Desilu Productions hired a pair of veteran troupers, William Frawley and Vivian Vance, to play the family next door and serve as foils and friends for Desi and Lucille. Academy Award-winning Karl (’The Good Earth’) Freund supervises the three cameras, and Director Marc Daniels (soon to be replaced by Bill Asher) gives Lucy its rattling pace. The writers—Jess Oppenheimer, Bill Carroll and Madalyn Pugh—turn out scripts that do not impose too much on the audience's credulity and are reasonably free of clichés. The writers are held in an esteem not common in TV. Lucille bombards Jess Oppenheimer with photographs flatteringly inscribed to "the Boss Man," and Desi has presented him with a statuette of a baseball player and a punning tribute, "To the man behind the ball."
"Wanta Play Cards?" Desi and Lucille live an unpretentious life on a five-acre ranch in the San Fernando Valley. The only Hollywood note is a kidney-shaped swimming pool, and the most recent addition to the house (a wing devoted to daughter Lucie and her nurse) cost $22,000—more than the house and land cost originally. Neither Desi nor Lucille has ever been socially ambitious, and their friends are the same ones they have known for years. Both Desi's mother (now divorced from Arnaz Sr., who still lives in Miami) and Lucille's Mom live nearby.

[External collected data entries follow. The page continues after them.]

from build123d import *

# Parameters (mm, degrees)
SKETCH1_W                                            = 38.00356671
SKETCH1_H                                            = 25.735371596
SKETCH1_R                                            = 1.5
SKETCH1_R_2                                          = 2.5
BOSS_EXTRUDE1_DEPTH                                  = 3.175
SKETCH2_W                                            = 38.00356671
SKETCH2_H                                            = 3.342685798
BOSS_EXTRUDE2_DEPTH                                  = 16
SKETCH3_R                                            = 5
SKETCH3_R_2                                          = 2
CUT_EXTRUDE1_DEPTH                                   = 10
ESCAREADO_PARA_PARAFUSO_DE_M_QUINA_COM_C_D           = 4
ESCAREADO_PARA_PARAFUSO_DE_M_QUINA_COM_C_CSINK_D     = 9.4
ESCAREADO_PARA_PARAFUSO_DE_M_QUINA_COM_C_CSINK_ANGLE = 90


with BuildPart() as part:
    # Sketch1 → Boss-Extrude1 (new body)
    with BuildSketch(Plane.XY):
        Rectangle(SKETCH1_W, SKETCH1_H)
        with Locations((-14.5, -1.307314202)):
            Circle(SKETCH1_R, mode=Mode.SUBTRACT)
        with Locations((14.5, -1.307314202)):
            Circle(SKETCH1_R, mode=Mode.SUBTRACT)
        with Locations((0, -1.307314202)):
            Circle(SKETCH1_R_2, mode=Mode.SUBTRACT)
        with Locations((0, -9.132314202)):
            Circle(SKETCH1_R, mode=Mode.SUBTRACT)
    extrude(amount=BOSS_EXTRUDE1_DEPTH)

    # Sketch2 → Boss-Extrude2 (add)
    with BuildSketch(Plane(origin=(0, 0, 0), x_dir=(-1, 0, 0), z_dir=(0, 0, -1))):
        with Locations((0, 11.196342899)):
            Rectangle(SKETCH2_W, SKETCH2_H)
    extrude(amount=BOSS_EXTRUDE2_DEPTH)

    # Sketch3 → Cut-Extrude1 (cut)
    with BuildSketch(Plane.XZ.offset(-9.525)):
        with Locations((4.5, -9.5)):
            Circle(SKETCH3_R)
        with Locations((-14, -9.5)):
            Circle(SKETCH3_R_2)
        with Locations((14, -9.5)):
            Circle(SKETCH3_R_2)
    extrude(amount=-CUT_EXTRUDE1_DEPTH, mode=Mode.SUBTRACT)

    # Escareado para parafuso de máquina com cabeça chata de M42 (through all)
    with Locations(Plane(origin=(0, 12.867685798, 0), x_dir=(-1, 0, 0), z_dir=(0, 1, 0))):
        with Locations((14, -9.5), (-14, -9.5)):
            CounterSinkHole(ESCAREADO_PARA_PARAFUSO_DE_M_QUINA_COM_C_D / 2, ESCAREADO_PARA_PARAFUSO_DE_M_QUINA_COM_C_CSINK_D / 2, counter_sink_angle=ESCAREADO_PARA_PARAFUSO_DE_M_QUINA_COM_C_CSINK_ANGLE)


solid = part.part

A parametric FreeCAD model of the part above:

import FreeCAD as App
import Part
import Sketcher
from FreeCAD import Vector
Q = App.Units.Quantity

doc = App.newDocument("Part")
body = doc.addObject("PartDesign::Body", "Body")

# Sketch on XY plane
sketch1 = doc.addObject("Sketcher::SketchObject", "Sketch")
body.addObject(sketch1)
sketch1.AttachmentSupport = (doc.XY_Plane, [""])
sketch1.MapMode = "FlatFace"
sketch1.addGeometry(Part.LineSegment(Vector(-19.001783, 12.867686, 0), Vector(-19.001783, -12.867686, 0)), False)
sketch1.addGeometry(Part.LineSegment(Vector(-19.001783, -12.867686, 0), Vector(19.001783, -12.867686, 0)), False)
sketch1.addGeometry(Part.LineSegment(Vector(19.001783, -12.867686, 0), Vector(19.001783, 12.867686, 0)), False)
sketch1.addGeometry(Part.LineSegment(Vector(19.001783, 12.867686, 0), Vector(-19.001783, 12.867686, 0)), False)
sketch1.addGeometry(Part.Circle(Vector(0, -9.132314, 0), Vector(0, 0, 1), 1.5), False)
sketch1.addGeometry(Part.Circle(Vector(-14.5, -1.307314, 0), Vector(0, 0, 1), 1.5), False)
sketch1.addGeometry(Part.Circle(Vector(0, -1.307314, 0), Vector(0, 0, 1), 2.5), False)
sketch1.addGeometry(Part.Circle(Vector(14.5, -1.307314, 0), Vector(0, 0, 1), 1.5), False)
sketch1.addConstraint(Sketcher.Constraint("Coincident", 0, 2, 1, 1))
sketch1.addConstraint(Sketcher.Constraint("Coincident", 1, 2, 2, 1))
sketch1.addConstraint(Sketcher.Constraint("Coincident", 2, 2, 3, 1))
sketch1.addConstraint(Sketcher.Constraint("Coincident", 3, 2, 0, 1))
sketch1.addConstraint(Sketcher.Constraint("Vertical", 0))
sketch1.addConstraint(Sketcher.Constraint("Horizontal", 1))
sketch1.addConstraint(Sketcher.Constraint("Vertical", 2))
sketch1.addConstraint(Sketcher.Constraint("Horizontal", 3))
sketch1.addConstraint(Sketcher.Constraint("Equal", 4, 5))
sketch1.addConstraint(Sketcher.Constraint("Equal", 5, 7))
sketch1.addConstraint(Sketcher.Constraint("Symmetric", 0, 2, 2, 2, -1, 1))
sketch1.addConstraint(Sketcher.Constraint("Symmetric", 5, 3, 7, 3, -2))
sketch1.addConstraint(Sketcher.Constraint("PointOnObject", 4, 3, -2))
sketch1.addConstraint(Sketcher.Constraint("PointOnObject", 6, 3, -2))
sketch1.addConstraint(Sketcher.Constraint("Horizontal", 5, 3, 6, 3))
sketch1.addConstraint(Sketcher.Constraint("Diameter", 4, Q("3 mm")))
sketch1.addConstraint(Sketcher.Constraint("Diameter", 6, Q("5 mm")))
sketch1.addConstraint(Sketcher.Constraint("DistanceX", 5, 3, 7, 3, Q("29 mm")))
sketch1.addConstraint(Sketcher.Constraint("DistanceY", 4, 3, 2, 2, Q("22 mm")))
sketch1.addConstraint(Sketcher.Constraint("DistanceY", 4, 3, 5, 3, Q("7.825 mm")))
sketch1.addConstraint(Sketcher.Constraint("DistanceY", 0, 2, 0, 1, Q("25.735372 mm")))
sketch1.addConstraint(Sketcher.Constraint("DistanceX", 1, 1, 1, 2, Q("38.003567 mm")))
pad1 = doc.addObject("PartDesign::Pad", "Pad")
body.addObject(pad1)
pad1.Profile = sketch1
pad1.Length = 3.175

# Sketch on XY plane
sketch2 = doc.addObject("Sketcher::SketchObject", "Sketch001")
body.addObject(sketch2)
sketch2.AttachmentSupport = (doc.XY_Plane, [""])
sketch2.MapMode = "FlatFace"
sketch2.addGeometry(Part.LineSegment(Vector(19.001783, 12.867686, 0), Vector(19.001783, 9.525, 0)), False)
sketch2.addGeometry(Part.LineSegment(Vector(19.001783, 9.525, 0), Vector(-19.001783, 9.525, 0)), False)
sketch2.addGeometry(Part.LineSegment(Vector(-19.001783, 9.525, 0), Vector(-19.001783, 12.867686, 0)), False)
sketch2.addGeometry(Part.LineSegment(Vector(-19.001783, 12.867686, 0), Vector(19.001783, 12.867686, 0)), False)
sketch2.addConstraint(Sketcher.Constraint("Coincident", 0, 2, 1, 1))
sketch2.addConstraint(Sketcher.Constraint("Coincident", 1, 2, 2, 1))
sketch2.addConstraint(Sketcher.Constraint("Coincident", 2, 2, 3, 1))
sketch2.addConstraint(Sketcher.Constraint("Coincident", 3, 2, 0, 1))
sketch2.addConstraint(Sketcher.Constraint("Vertical", 0))
sketch2.addConstraint(Sketcher.Constraint("Horizontal", 1))
sketch2.addConstraint(Sketcher.Constraint("Vertical", 2))
sketch2.addConstraint(Sketcher.Constraint("Horizontal", 3))
sketch2.addConstraint(Sketcher.Constraint("DistanceY", -1, 1, 0, 2, Q("9.525 mm")))
sketch2.addConstraint(Sketcher.Constraint("DistanceX", 1, 2, 1, 1, Q("38.003567 mm")))
sketch2.addConstraint(Sketcher.Constraint("DistanceY", 0, 2, 0, 1, Q("3.342686 mm")))
sketch2.addConstraint(Sketcher.Constraint("DistanceX", -1, 1, 0, 2, Q("19.001783 mm")))
pad2 = doc.addObject("PartDesign::Pad", "Pad001")
body.addObject(pad2)
pad2.Profile = sketch2
pad2.Length = 16
pad2.Reversed = True

# Sketch on XZ plane
sketch3 = doc.addObject("Sketcher::SketchObject", "Sketch002")
body.addObject(sketch3)
sketch3.AttachmentSupport = (doc.XZ_Plane, [""])
sketch3.MapMode = "FlatFace"
sketch3.AttachmentOffset = App.Placement(Vector(0, 0, -9.525), App.Rotation())
sketch3.addGeometry(Part.Circle(Vector(4.5, -9.5, 0), Vector(0, 0, 1), 5), False)
sketch3.addGeometry(Part.Circle(Vector(-14, -9.5, 0), Vector(0, 0, 1), 2), False)
sketch3.addGeometry(Part.Circle(Vector(14, -9.5, 0), Vector(0, 0, 1), 2), False)
sketch3.addConstraint(Sketcher.Constraint("Equal", 1, 2))
sketch3.addConstraint(Sketcher.Constraint("Symmetric", 1, 3, 2, 3, -2))
sketch3.addConstraint(Sketcher.Constraint("Horizontal", 0, 3, 1, 3))
sketch3.addConstraint(Sketcher.Constraint("Diameter", 0, Q("10 mm")))
sketch3.addConstraint(Sketcher.Constraint("Diameter", 1, Q("4 mm")))
sketch3.addConstraint(Sketcher.Constraint("DistanceX", 1, 3, -1, 1, Q("14 mm")))
sketch3.addConstraint(Sketcher.Constraint("DistanceX", -1, 1, 0, 3, Q("4.5 mm")))
sketch3.addConstraint(Sketcher.Constraint("DistanceY", 0, 3, -1, 1, Q("9.5 mm")))
pocket1 = doc.addObject("PartDesign::Pocket", "Pocket")
body.addObject(pocket1)
pocket1.Profile = sketch3
pocket1.Length = 10

# Sketch on XZ plane
sketch4 = doc.addObject("Sketcher::SketchObject", "Sketch003")
body.addObject(sketch4)
sketch4.AttachmentSupport = (doc.XZ_Plane, [""])
sketch4.MapMode = "FlatFace"
sketch4.AttachmentOffset = App.Placement(Vector(0, 0, -12.867686), App.Rotation())
sketch4.addGeometry(Part.Circle(Vector(-14, -9.5, 0), Vector(0, 0, 1), 2), False)
sketch4.addGeometry(Part.Circle(Vector(14, -9.5, 0), Vector(0, 0, 1), 2), False)
sketch4.addConstraint(Sketcher.Constraint("Equal", 0, 1))
sketch4.addConstraint(Sketcher.Constraint("Symmetric", 0, 3, 1, 3, -2))
sketch4.addConstraint(Sketcher.Constraint("Diameter", 0, Q("4 mm")))
sketch4.addConstraint(Sketcher.Constraint("DistanceX", 0, 3, -1, 1, Q("14 mm")))
sketch4.addConstraint(Sketcher.Constraint("DistanceY", 0, 3, -1, 1, Q("9.5 mm")))
doc.recompute()
hole = doc.addObject("PartDesign::Hole", "Hole")
body.addObject(hole)
hole.Profile = sketch4
hole.ThreadType = "None"
hole.Diameter = 4
hole.DepthType = "ThroughAll"
hole.HoleCutType = "Countersink"
hole.HoleCutDiameter = 9.4
hole.HoleCutCountersinkAngle = 90
hole.Reversed = True

doc.recompute()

At home, Lucille, who collects stray cats and dogs, is an amateur painter ("I use oils because it's easier to correct mistakes than with water colors"), and generally considers herself a lazy, lounging homebody. She is fascinated by Desi's boundless energy.' He spends weekends fishing on his 34-foot cabin cruiser, Desilu; plays violent tennis; likes to cook elaborate dishes. Says Lucille: "Everything is fine with him all the time. Wanta play cards? Fine. Play games? Fine. go for a swim? Great." There's only one problem: "Desi is a great thermostat sneaker-upper and I'm a thermostat sneaker-downer. Cold is the one thing that isn't great with him."

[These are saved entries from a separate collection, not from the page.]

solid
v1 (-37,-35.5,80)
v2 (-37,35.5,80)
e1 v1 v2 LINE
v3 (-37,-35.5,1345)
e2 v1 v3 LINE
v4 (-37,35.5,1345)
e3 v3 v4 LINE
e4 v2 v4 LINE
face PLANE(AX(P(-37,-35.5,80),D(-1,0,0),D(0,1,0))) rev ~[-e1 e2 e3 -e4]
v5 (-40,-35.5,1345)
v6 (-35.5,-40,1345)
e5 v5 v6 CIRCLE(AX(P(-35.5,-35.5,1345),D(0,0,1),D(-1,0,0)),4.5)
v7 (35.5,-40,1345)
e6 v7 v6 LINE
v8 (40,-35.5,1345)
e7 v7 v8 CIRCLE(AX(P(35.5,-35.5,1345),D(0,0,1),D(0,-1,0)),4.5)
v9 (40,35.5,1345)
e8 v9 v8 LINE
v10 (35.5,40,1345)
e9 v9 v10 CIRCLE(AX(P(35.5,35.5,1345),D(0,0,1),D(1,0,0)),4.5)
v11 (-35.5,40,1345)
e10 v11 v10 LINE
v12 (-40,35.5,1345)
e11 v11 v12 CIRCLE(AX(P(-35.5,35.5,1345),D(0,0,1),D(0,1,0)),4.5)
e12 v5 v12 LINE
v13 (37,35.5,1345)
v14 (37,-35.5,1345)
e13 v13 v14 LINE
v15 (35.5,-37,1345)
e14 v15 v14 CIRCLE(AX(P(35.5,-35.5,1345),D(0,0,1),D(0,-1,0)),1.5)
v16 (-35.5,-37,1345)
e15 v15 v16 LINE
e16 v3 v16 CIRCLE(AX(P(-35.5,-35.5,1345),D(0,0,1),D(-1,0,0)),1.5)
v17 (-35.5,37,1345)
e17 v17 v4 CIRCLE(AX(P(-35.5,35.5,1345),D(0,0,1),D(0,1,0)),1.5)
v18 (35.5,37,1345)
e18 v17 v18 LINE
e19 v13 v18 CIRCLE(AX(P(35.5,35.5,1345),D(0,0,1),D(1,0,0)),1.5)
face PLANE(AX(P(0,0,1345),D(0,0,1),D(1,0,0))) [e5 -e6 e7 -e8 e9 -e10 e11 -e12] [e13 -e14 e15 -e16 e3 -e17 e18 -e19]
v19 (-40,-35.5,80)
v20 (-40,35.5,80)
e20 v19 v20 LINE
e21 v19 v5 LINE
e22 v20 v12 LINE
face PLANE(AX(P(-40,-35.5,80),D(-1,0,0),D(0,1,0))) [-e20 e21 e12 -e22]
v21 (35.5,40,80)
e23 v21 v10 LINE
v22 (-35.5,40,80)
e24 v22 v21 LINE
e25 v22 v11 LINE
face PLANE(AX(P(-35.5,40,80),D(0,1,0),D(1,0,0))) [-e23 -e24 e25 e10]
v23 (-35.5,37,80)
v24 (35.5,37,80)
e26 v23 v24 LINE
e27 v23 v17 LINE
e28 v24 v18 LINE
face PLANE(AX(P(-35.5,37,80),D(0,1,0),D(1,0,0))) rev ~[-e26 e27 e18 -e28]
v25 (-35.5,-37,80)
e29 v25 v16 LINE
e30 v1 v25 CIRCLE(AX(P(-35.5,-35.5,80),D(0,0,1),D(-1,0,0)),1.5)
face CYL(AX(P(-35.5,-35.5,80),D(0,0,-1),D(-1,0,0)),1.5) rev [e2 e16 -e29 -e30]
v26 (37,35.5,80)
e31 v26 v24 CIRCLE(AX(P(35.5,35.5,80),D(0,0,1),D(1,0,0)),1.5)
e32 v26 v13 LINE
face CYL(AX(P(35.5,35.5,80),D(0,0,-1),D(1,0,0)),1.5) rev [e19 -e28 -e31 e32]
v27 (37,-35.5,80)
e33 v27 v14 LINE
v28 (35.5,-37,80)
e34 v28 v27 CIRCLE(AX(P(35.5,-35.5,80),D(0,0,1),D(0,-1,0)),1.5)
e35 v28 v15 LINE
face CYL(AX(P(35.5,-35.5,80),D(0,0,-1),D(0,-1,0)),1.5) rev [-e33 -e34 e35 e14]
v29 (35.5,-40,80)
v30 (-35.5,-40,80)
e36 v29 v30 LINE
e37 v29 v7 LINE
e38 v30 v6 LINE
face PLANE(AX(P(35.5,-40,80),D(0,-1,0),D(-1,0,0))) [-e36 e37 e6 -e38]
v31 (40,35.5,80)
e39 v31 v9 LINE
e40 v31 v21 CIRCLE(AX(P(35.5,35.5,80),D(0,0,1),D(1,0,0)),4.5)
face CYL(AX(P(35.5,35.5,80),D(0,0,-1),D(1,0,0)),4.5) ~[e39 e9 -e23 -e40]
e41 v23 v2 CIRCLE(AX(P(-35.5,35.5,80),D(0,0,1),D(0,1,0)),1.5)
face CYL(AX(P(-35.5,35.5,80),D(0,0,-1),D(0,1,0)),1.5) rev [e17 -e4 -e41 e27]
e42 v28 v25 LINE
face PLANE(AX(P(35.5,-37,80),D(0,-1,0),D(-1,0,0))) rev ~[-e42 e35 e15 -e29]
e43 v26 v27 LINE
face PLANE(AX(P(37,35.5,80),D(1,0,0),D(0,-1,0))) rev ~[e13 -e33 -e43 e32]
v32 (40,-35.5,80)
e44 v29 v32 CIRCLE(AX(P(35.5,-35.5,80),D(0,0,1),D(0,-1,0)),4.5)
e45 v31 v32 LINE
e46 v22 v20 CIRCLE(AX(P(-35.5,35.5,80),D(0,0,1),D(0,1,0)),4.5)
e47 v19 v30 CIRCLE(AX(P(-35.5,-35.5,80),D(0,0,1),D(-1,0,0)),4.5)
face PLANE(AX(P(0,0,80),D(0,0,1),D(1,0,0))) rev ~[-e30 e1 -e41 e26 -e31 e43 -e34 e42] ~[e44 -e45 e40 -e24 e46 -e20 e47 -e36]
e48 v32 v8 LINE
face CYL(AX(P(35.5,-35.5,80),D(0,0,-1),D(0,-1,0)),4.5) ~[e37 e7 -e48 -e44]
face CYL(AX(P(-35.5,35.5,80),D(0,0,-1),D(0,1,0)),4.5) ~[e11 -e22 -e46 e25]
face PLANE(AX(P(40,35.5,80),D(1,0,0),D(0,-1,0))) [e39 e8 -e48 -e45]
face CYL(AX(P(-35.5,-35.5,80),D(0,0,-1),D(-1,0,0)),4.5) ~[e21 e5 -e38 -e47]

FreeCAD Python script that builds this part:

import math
import FreeCAD as App
import Part
import Sketcher
Q = App.Units.Quantity

doc = App.newDocument("Part")
body = doc.addObject("PartDesign::Body", "Body")

sketch1 = body.newObject("Sketcher::SketchObject", "Sketch")
sketch1.AttachmentSupport = (doc.getObject("XY_Plane"), [""])
sketch1.MapMode = "FlatFace"
sketch1.AttachmentOffset = App.Placement(App.Vector(0, 0, 80), App.Rotation())
sketch1.addGeometry([
    Part.LineSegment(App.Vector(-40, 35.5, 0), App.Vector(-40, -35.5, 0)),
    Part.ArcOfCircle(Part.Circle(App.Vector(-35.5, -35.5, 0), App.Vector(0, 0, 1), 4.5), math.radians(180), math.radians(270)),
    Part.LineSegment(App.Vector(-35.5, -40, 0), App.Vector(35.5, -40, 0)),
    Part.ArcOfCircle(Part.Circle(App.Vector(35.5, -35.5, 0), App.Vector(0, 0, 1), 4.5), math.radians(-90), math.radians(0)),
    Part.LineSegment(App.Vector(40, -35.5, 0), App.Vector(40, 35.5, 0)),
    Part.ArcOfCircle(Part.Circle(App.Vector(35.5, 35.5, 0), App.Vector(0, 0, 1), 4.5), math.radians(0), math.radians(90)),
    Part.LineSegment(App.Vector(35.5, 40, 0), App.Vector(-35.5, 40, 0)),
    Part.ArcOfCircle(Part.Circle(App.Vector(-35.5, 35.5, 0), App.Vector(0, 0, 1), 4.5), math.radians(90), math.radians(180)),
    Part.ArcOfCircle(Part.Circle(App.Vector(-35.5, 35.5, 0), App.Vector(0, 0, 1), 1.5), math.radians(90), math.radians(180)),
    Part.LineSegment(App.Vector(-35.5, 37, 0), App.Vector(35.5, 37, 0)),
    Part.ArcOfCircle(Part.Circle(App.Vector(35.5, 35.5, 0), App.Vector(0, 0, 1), 1.5), math.radians(0), math.radians(90)),
    Part.LineSegment(App.Vector(37, 35.5, 0), App.Vector(37, -35.5, 0)),
    Part.ArcOfCircle(Part.Circle(App.Vector(35.5, -35.5, 0), App.Vector(0, 0, 1), 1.5), math.radians(-90), math.radians(0)),
    Part.LineSegment(App.Vector(35.5, -37, 0), App.Vector(-35.5, -37, 0)),
    Part.ArcOfCircle(Part.Circle(App.Vector(-35.5, -35.5, 0), App.Vector(0, 0, 1), 1.5), math.radians(180), math.radians(270)),
    Part.LineSegment(App.Vector(-37, -35.5, 0), App.Vector(-37, 35.5, 0)),
], False)
sketch1.addConstraint([
    Sketcher.Constraint("Tangent", 0, 2, 1, 1),
    Sketcher.Constraint("Tangent", 1, 2, 2, 1),
    Sketcher.Constraint("Tangent", 2, 2, 3, 1),
    Sketcher.Constraint("Tangent", 3, 2, 4, 1),
    Sketcher.Constraint("Tangent", 4, 2, 5, 1),
    Sketcher.Constraint("Tangent", 5, 2, 6, 1),
    Sketcher.Constraint("Tangent", 6, 2, 7, 1),
    Sketcher.Constraint("Tangent", 7, 2, 0, 1),
    Sketcher.Constraint("Tangent", 8, 1, 9, 1),
    Sketcher.Constraint("Tangent", 9, 2, 10, 2),
    Sketcher.Constraint("Tangent", 10, 1, 11, 1),
    Sketcher.Constraint("Tangent", 11, 2, 12, 2),
    Sketcher.Constraint("Tangent", 12, 1, 13, 1),
    Sketcher.Constraint("Tangent", 13, 2, 14, 2),
    Sketcher.Constraint("Tangent", 14, 1, 15, 1),
    Sketcher.Constraint("Tangent", 15, 2, 8, 2),
    Sketcher.Constraint("Vertical", 0),
    Sketcher.Constraint("Horizontal", 2),
    Sketcher.Constraint("Vertical", 4),
    Sketcher.Constraint("Horizontal", 6),
    Sketcher.Constraint("Horizontal", 9),
    Sketcher.Constraint("Vertical", 11),
    Sketcher.Constraint("Horizontal", 13),
    Sketcher.Constraint("Vertical", 15),
    Sketcher.Constraint("Coincident", 8, 3, 7, 3),
    Sketcher.Constraint("Coincident", 10, 3, 5, 3),
    Sketcher.Constraint("Coincident", 12, 3, 3, 3),
    Sketcher.Constraint("Equal", 1, 3),
    Sketcher.Constraint("Equal", 3, 5),
    Sketcher.Constraint("Equal", 5, 7),
    Sketcher.Constraint("Equal", 12, 14),
    Sketcher.Constraint("Symmetric", 1, 3, 5, 3, -1, 1),
    Sketcher.Constraint("Equal", 13, 0),
    Sketcher.Constraint("Radius", 1, Q("4.5 mm")),
    Sketcher.Constraint("Radius", 8, Q("1.5 mm")),
    Sketcher.Constraint("DistanceX", 0, 2, -1, 1, Q("40 mm")),
])
pad1 = body.newObject("PartDesign::Pad", "Pad")
pad1.Profile = sketch1
pad1.Length = 1265

doc.recompute()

Sex & Chic. Though life has grown noticeably more placid for Desi and Lucille, it promises more money than they ever made before. Desilu Productions has already branched out beyond ‘I Love Lucy’. It is filming TV commercials for Red Skelton, and is at work on a new TV series, ‘Our Miss Brooks’, starring Eve Arden. Three of the best 30-minute Lucy shows are being put together in a package and will be experimentally released to movie theaters in the U.S. and Latin America. This year, ‘I Love Lucy’ has grossed about $1,000,000, and sponsor Philip Morris has signed a contract for 39 more shows beginning this fall. All of the old Lucy films can be sold again as new TV stations go on the air (eventually there will be 2,053 TV transmitters in the U.S., compared to today's 108).
In reaching the TV top, Lucille's telegenic good looks may be almost as important as her talent for comedy. She is sultry-voiced, sexy, and wears chic clothes with all the aplomb of a trained model and showgirl. Letters from her feminine fans show as much interest in Lucille's fashions as in her slapstick. Most successful comediennes (e.g., Imogene Coca, Fanny Brice, Beatrice Lillie) have made comic capital out of their physical appearance. Lucille belongs to a rare comic aristocracy: the clown with glamour.